§ **What to work on**: From the first line of the material through the line containing "# Redondeo1", restate everything word for word and nothing more.
=-=-=
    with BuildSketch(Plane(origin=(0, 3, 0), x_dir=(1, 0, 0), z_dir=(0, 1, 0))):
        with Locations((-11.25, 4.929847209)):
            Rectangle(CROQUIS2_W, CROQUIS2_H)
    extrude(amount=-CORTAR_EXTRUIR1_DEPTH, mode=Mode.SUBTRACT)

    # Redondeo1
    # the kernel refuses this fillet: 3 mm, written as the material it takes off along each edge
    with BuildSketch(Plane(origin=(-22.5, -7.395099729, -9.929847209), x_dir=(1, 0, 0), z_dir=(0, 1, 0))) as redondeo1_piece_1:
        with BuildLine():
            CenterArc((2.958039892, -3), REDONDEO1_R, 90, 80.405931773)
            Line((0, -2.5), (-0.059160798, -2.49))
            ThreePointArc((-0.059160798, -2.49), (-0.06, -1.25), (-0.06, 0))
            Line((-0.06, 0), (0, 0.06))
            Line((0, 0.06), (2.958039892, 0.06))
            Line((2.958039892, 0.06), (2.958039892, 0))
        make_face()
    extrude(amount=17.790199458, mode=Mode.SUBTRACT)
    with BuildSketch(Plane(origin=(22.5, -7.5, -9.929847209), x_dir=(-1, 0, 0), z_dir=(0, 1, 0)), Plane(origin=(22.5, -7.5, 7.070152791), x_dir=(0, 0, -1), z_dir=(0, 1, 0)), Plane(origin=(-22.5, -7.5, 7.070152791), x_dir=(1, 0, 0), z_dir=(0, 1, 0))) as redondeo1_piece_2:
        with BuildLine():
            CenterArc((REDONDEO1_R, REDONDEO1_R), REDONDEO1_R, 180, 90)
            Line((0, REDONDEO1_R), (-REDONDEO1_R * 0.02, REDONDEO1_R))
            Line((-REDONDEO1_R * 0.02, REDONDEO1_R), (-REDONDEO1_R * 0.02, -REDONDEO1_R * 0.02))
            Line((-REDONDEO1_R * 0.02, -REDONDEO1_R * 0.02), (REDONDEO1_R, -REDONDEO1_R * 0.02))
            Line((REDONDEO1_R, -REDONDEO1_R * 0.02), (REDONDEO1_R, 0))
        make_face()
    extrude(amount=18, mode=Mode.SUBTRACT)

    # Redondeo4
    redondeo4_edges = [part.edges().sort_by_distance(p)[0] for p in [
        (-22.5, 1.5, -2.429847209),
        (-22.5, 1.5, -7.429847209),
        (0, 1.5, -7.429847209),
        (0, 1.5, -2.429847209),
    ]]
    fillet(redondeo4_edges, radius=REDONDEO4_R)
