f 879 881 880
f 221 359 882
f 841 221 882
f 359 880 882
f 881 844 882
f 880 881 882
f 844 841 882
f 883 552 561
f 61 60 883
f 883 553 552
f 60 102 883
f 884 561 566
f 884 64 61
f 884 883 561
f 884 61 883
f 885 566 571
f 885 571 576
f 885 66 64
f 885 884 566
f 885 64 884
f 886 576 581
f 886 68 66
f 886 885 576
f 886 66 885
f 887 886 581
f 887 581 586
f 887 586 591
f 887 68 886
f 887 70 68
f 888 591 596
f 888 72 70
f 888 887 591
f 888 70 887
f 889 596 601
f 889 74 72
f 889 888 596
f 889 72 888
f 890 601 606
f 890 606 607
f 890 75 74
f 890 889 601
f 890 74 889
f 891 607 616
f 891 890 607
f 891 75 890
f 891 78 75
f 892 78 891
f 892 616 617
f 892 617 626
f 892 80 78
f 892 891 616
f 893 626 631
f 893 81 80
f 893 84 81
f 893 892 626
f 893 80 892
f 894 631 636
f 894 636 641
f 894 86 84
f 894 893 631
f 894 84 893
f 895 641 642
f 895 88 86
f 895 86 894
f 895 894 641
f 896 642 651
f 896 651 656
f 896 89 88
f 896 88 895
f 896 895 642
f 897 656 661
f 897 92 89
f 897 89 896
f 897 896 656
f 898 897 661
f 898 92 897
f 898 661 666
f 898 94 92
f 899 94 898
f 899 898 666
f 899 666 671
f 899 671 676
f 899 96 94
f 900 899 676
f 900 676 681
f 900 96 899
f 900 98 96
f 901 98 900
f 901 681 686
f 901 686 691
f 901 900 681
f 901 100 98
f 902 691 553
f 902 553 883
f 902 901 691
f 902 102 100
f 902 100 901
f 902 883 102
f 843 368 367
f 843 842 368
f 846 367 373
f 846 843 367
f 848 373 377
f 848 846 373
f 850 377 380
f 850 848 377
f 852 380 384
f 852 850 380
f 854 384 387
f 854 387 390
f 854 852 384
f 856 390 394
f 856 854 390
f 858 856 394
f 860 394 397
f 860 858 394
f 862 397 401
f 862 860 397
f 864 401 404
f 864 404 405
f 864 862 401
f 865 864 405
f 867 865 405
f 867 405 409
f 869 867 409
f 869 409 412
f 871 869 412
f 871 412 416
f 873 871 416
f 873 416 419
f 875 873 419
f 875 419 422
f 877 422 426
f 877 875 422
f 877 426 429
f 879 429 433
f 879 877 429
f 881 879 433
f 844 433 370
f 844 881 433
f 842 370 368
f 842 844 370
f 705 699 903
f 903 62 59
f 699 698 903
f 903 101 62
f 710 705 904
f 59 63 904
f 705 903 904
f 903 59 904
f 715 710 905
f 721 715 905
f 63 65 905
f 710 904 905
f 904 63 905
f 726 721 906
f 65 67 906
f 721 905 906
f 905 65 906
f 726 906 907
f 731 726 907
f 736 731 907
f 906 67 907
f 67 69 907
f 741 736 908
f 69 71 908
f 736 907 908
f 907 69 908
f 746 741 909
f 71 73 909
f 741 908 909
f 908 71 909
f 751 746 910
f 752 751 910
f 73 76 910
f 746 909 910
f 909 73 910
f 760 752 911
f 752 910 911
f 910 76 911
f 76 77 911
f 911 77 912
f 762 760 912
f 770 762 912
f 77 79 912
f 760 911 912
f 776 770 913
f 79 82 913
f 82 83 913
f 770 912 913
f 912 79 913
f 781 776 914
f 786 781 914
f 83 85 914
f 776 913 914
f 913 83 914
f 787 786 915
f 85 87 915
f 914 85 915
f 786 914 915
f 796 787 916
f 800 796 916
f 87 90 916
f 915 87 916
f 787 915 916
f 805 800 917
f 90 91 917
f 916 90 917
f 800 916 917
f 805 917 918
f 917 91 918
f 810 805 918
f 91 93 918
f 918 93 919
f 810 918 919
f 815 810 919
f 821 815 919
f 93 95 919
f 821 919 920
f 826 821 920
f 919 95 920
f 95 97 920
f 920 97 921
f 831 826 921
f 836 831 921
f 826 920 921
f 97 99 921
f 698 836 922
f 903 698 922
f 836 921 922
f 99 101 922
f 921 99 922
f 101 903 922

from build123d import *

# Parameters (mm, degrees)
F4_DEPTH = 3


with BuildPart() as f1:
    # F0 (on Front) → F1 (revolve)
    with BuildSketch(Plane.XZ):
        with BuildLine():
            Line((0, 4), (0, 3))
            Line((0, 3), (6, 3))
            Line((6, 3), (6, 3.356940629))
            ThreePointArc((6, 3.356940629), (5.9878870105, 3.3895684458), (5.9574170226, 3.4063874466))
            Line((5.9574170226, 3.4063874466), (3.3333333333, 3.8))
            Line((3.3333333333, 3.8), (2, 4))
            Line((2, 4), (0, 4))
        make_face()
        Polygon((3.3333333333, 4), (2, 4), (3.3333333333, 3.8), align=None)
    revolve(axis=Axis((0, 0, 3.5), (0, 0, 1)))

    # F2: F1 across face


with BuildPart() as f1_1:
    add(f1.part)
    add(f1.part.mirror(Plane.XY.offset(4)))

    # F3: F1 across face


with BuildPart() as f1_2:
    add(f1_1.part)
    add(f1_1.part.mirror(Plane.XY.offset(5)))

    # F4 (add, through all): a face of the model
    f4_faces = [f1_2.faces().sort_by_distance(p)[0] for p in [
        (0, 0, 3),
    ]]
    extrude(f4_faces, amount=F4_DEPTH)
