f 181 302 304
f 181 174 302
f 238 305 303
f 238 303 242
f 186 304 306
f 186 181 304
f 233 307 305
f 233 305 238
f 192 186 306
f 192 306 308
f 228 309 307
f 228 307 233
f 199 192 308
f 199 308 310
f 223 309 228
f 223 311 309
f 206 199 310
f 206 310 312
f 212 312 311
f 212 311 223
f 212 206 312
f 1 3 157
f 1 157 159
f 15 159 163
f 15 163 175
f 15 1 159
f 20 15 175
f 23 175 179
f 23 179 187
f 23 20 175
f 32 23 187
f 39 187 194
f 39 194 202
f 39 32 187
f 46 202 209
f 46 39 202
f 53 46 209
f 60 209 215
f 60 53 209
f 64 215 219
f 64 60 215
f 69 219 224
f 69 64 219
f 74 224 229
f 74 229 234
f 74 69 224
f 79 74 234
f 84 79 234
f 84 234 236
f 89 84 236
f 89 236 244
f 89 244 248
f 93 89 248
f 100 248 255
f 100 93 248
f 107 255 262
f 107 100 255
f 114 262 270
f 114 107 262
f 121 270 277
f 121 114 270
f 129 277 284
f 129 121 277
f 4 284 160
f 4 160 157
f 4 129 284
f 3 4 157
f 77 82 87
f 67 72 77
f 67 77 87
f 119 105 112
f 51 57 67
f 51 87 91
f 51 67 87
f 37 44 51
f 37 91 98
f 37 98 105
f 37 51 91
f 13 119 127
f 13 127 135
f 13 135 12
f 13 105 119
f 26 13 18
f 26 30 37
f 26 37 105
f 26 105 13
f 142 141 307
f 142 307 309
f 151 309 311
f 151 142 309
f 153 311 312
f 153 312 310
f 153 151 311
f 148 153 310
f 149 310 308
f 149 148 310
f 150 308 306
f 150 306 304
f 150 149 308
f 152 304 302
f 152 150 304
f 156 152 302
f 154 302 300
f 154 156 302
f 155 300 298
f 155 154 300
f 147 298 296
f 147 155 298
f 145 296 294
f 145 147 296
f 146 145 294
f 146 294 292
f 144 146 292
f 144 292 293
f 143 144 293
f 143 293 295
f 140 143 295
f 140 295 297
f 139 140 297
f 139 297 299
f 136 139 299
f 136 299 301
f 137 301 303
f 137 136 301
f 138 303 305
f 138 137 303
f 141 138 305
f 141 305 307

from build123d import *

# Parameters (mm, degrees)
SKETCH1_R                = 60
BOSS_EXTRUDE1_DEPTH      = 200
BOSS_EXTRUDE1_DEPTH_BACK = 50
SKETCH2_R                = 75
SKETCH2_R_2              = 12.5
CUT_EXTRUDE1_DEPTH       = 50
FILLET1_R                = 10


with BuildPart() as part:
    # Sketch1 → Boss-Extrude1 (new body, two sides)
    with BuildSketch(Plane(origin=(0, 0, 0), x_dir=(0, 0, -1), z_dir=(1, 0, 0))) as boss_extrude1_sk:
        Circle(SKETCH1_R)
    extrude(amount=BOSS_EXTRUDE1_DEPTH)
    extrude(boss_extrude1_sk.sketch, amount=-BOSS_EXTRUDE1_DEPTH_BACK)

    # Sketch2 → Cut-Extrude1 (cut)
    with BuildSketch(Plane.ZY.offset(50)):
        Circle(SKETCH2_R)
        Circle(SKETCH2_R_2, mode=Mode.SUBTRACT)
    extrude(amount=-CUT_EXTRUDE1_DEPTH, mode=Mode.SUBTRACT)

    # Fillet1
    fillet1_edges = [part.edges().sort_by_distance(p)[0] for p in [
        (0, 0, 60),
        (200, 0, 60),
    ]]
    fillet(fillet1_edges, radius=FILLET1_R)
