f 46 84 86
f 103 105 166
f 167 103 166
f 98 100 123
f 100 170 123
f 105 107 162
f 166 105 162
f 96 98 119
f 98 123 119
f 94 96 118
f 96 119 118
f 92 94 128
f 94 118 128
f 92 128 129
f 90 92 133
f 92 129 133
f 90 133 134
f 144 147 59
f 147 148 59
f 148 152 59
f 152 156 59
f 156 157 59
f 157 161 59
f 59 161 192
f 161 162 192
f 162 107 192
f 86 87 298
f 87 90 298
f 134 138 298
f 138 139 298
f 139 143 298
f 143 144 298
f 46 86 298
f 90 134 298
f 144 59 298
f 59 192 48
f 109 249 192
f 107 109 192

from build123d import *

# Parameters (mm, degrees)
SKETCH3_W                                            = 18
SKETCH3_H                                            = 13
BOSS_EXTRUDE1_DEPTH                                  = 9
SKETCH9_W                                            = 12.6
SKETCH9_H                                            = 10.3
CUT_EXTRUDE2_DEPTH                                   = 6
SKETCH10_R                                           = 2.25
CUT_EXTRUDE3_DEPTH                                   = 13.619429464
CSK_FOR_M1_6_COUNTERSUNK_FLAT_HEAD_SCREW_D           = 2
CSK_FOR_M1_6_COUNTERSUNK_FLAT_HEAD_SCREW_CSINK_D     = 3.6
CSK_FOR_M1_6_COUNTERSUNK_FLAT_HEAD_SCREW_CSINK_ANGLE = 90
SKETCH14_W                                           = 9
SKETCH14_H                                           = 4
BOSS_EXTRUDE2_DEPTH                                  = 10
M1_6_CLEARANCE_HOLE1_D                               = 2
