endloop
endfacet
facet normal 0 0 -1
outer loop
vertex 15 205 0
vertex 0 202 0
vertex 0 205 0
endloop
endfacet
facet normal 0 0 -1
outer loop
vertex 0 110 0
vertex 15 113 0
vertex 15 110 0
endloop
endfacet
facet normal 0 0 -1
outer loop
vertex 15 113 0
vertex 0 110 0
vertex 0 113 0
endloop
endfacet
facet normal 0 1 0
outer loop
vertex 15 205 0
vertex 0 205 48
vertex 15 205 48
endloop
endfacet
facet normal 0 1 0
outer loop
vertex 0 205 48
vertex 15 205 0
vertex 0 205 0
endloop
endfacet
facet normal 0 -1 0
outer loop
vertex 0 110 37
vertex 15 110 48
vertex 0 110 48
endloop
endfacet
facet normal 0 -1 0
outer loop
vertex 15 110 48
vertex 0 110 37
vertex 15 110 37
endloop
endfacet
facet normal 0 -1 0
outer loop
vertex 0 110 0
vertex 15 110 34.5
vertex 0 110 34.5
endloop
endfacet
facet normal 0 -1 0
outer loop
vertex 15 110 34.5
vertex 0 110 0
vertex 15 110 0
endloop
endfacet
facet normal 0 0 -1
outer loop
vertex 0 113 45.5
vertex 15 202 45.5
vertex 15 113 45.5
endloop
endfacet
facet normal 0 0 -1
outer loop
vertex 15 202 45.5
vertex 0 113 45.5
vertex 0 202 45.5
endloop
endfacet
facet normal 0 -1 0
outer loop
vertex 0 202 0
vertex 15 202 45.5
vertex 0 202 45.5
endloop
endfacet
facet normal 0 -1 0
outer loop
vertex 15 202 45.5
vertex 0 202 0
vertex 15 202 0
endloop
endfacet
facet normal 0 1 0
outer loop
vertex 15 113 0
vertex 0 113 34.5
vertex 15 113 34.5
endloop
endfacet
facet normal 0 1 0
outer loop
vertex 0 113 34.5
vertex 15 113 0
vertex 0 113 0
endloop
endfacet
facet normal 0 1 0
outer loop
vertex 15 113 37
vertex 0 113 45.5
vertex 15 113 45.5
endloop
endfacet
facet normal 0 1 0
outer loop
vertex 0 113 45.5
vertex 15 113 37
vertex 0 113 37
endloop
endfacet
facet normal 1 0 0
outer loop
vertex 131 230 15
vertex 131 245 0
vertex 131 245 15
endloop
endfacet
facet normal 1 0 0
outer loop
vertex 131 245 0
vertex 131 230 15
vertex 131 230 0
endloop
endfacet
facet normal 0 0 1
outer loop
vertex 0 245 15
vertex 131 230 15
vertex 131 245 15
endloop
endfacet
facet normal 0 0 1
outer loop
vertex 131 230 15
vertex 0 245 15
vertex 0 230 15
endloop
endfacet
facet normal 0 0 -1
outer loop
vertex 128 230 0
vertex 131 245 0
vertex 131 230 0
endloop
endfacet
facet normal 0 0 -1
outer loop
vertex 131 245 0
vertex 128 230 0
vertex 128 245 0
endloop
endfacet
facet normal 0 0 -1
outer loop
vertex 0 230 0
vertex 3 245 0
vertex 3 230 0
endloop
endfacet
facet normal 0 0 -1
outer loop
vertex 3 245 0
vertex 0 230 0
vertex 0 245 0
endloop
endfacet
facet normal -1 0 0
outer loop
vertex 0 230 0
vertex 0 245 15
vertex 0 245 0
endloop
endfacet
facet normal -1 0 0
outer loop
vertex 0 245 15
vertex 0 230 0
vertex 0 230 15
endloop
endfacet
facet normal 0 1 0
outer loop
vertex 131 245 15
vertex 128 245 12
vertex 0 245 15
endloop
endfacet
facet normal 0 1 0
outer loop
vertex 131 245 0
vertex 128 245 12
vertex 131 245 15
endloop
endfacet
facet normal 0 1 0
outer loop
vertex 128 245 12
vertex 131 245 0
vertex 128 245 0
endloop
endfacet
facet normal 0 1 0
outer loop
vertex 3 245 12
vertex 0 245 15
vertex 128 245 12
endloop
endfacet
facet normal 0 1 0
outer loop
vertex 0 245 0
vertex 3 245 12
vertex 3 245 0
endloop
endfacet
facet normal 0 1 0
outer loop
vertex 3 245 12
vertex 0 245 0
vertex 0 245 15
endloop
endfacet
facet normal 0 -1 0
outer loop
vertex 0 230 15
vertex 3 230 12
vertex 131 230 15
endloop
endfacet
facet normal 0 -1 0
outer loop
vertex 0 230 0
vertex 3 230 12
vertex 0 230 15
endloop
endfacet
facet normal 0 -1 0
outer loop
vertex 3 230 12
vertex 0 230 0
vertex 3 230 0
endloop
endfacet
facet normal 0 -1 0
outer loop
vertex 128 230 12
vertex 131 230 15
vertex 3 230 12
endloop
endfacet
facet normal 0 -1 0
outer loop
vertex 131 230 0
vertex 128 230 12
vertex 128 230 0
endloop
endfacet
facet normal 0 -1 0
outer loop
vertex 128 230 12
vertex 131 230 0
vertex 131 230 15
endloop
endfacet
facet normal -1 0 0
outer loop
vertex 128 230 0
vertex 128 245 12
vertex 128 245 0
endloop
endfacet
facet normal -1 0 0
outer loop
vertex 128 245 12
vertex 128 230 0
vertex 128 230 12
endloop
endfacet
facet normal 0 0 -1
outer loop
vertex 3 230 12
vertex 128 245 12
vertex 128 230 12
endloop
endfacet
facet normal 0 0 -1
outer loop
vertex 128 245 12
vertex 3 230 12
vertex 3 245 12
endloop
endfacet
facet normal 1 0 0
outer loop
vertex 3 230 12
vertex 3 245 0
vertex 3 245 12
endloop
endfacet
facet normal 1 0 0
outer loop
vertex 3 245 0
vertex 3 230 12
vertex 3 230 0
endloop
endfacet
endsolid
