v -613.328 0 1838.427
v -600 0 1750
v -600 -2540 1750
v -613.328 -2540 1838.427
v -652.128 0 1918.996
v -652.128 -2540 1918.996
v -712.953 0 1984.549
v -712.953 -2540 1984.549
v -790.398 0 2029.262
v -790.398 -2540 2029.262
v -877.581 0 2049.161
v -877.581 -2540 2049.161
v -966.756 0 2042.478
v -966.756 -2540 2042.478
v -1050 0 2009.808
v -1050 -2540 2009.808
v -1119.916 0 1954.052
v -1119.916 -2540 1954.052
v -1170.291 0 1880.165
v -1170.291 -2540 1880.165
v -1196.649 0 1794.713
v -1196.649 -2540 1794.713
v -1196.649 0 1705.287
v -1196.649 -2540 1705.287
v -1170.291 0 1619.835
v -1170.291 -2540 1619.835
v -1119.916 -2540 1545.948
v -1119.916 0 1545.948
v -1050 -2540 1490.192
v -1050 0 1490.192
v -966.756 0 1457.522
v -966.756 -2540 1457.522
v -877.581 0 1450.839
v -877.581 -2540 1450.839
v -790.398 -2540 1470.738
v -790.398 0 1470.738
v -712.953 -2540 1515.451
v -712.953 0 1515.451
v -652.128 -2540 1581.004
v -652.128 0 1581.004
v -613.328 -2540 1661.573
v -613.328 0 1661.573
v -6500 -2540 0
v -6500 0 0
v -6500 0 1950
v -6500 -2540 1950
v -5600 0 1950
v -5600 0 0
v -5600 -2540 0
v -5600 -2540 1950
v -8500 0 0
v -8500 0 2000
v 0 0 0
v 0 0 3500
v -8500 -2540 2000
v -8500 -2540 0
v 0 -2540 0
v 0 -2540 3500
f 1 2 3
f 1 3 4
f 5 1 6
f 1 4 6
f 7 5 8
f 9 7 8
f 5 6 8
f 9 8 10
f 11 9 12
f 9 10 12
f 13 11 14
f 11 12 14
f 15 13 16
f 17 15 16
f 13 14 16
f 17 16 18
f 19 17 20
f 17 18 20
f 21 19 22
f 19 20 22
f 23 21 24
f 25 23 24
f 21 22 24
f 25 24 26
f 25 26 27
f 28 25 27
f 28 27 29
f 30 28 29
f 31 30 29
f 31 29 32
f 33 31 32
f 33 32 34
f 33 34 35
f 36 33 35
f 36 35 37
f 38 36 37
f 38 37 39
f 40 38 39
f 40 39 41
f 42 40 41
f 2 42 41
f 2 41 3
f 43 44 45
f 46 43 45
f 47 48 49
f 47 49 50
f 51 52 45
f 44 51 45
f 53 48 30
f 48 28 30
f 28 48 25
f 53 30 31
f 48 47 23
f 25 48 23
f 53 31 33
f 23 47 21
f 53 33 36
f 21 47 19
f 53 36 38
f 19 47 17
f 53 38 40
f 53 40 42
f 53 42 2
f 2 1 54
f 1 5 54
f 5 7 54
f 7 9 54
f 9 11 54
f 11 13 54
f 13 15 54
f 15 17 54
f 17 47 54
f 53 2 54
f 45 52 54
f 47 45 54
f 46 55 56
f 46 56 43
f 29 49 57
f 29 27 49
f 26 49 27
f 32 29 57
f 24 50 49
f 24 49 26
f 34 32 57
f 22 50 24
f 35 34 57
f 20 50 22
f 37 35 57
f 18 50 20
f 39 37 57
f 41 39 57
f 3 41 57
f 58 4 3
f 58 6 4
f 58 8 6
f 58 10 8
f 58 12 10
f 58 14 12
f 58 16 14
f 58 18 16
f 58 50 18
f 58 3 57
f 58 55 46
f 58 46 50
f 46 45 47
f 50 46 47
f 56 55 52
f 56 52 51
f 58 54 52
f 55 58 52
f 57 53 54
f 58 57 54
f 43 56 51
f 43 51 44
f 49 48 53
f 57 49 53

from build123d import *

# Parameters (mm, degrees)
F2_DEPTH = 2540
F1_W     = 900
F1_H     = 1950
F3_DEPTH = 2540.001
F4_R     = 300
F5_DEPTH = 2540.001


with BuildPart() as f2:
    # F0 (on Front) → F2 (new body)
    with BuildSketch(Plane.XZ):
        Polygon((-8500, 0), (0, 0), (0, 3500), (-8500, 2000), align=None)
    extrude(amount=F2_DEPTH)

    # F1 (on face) → F3 (cut, through all)
    with BuildSketch(Plane.XZ):
        with Locations((-6050, 975)):
            Rectangle(F1_W, F1_H)
    extrude(amount=F3_DEPTH, mode=Mode.SUBTRACT)

    # F4 (on face) → F5 (cut, through all)
    with BuildSketch(Plane.XZ.offset(2540)):
        with Locations((-900, 1750)):
            Circle(F4_R)
    extrude(amount=-F5_DEPTH, mode=Mode.SUBTRACT)


solid = f2.part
=-=-=
§ **Output of the exercise**:
    with BuildSketch(Plane(origin=(0, 3, 0), x_dir=(1, 0, 0), z_dir=(0, 1, 0))):
        with Locations((-11.25, 4.929847209)):
            Rectangle(CROQUIS2_W, CROQUIS2_H)
    extrude(amount=-CORTAR_EXTRUIR1_DEPTH, mode=Mode.SUBTRACT)

    # Redondeo1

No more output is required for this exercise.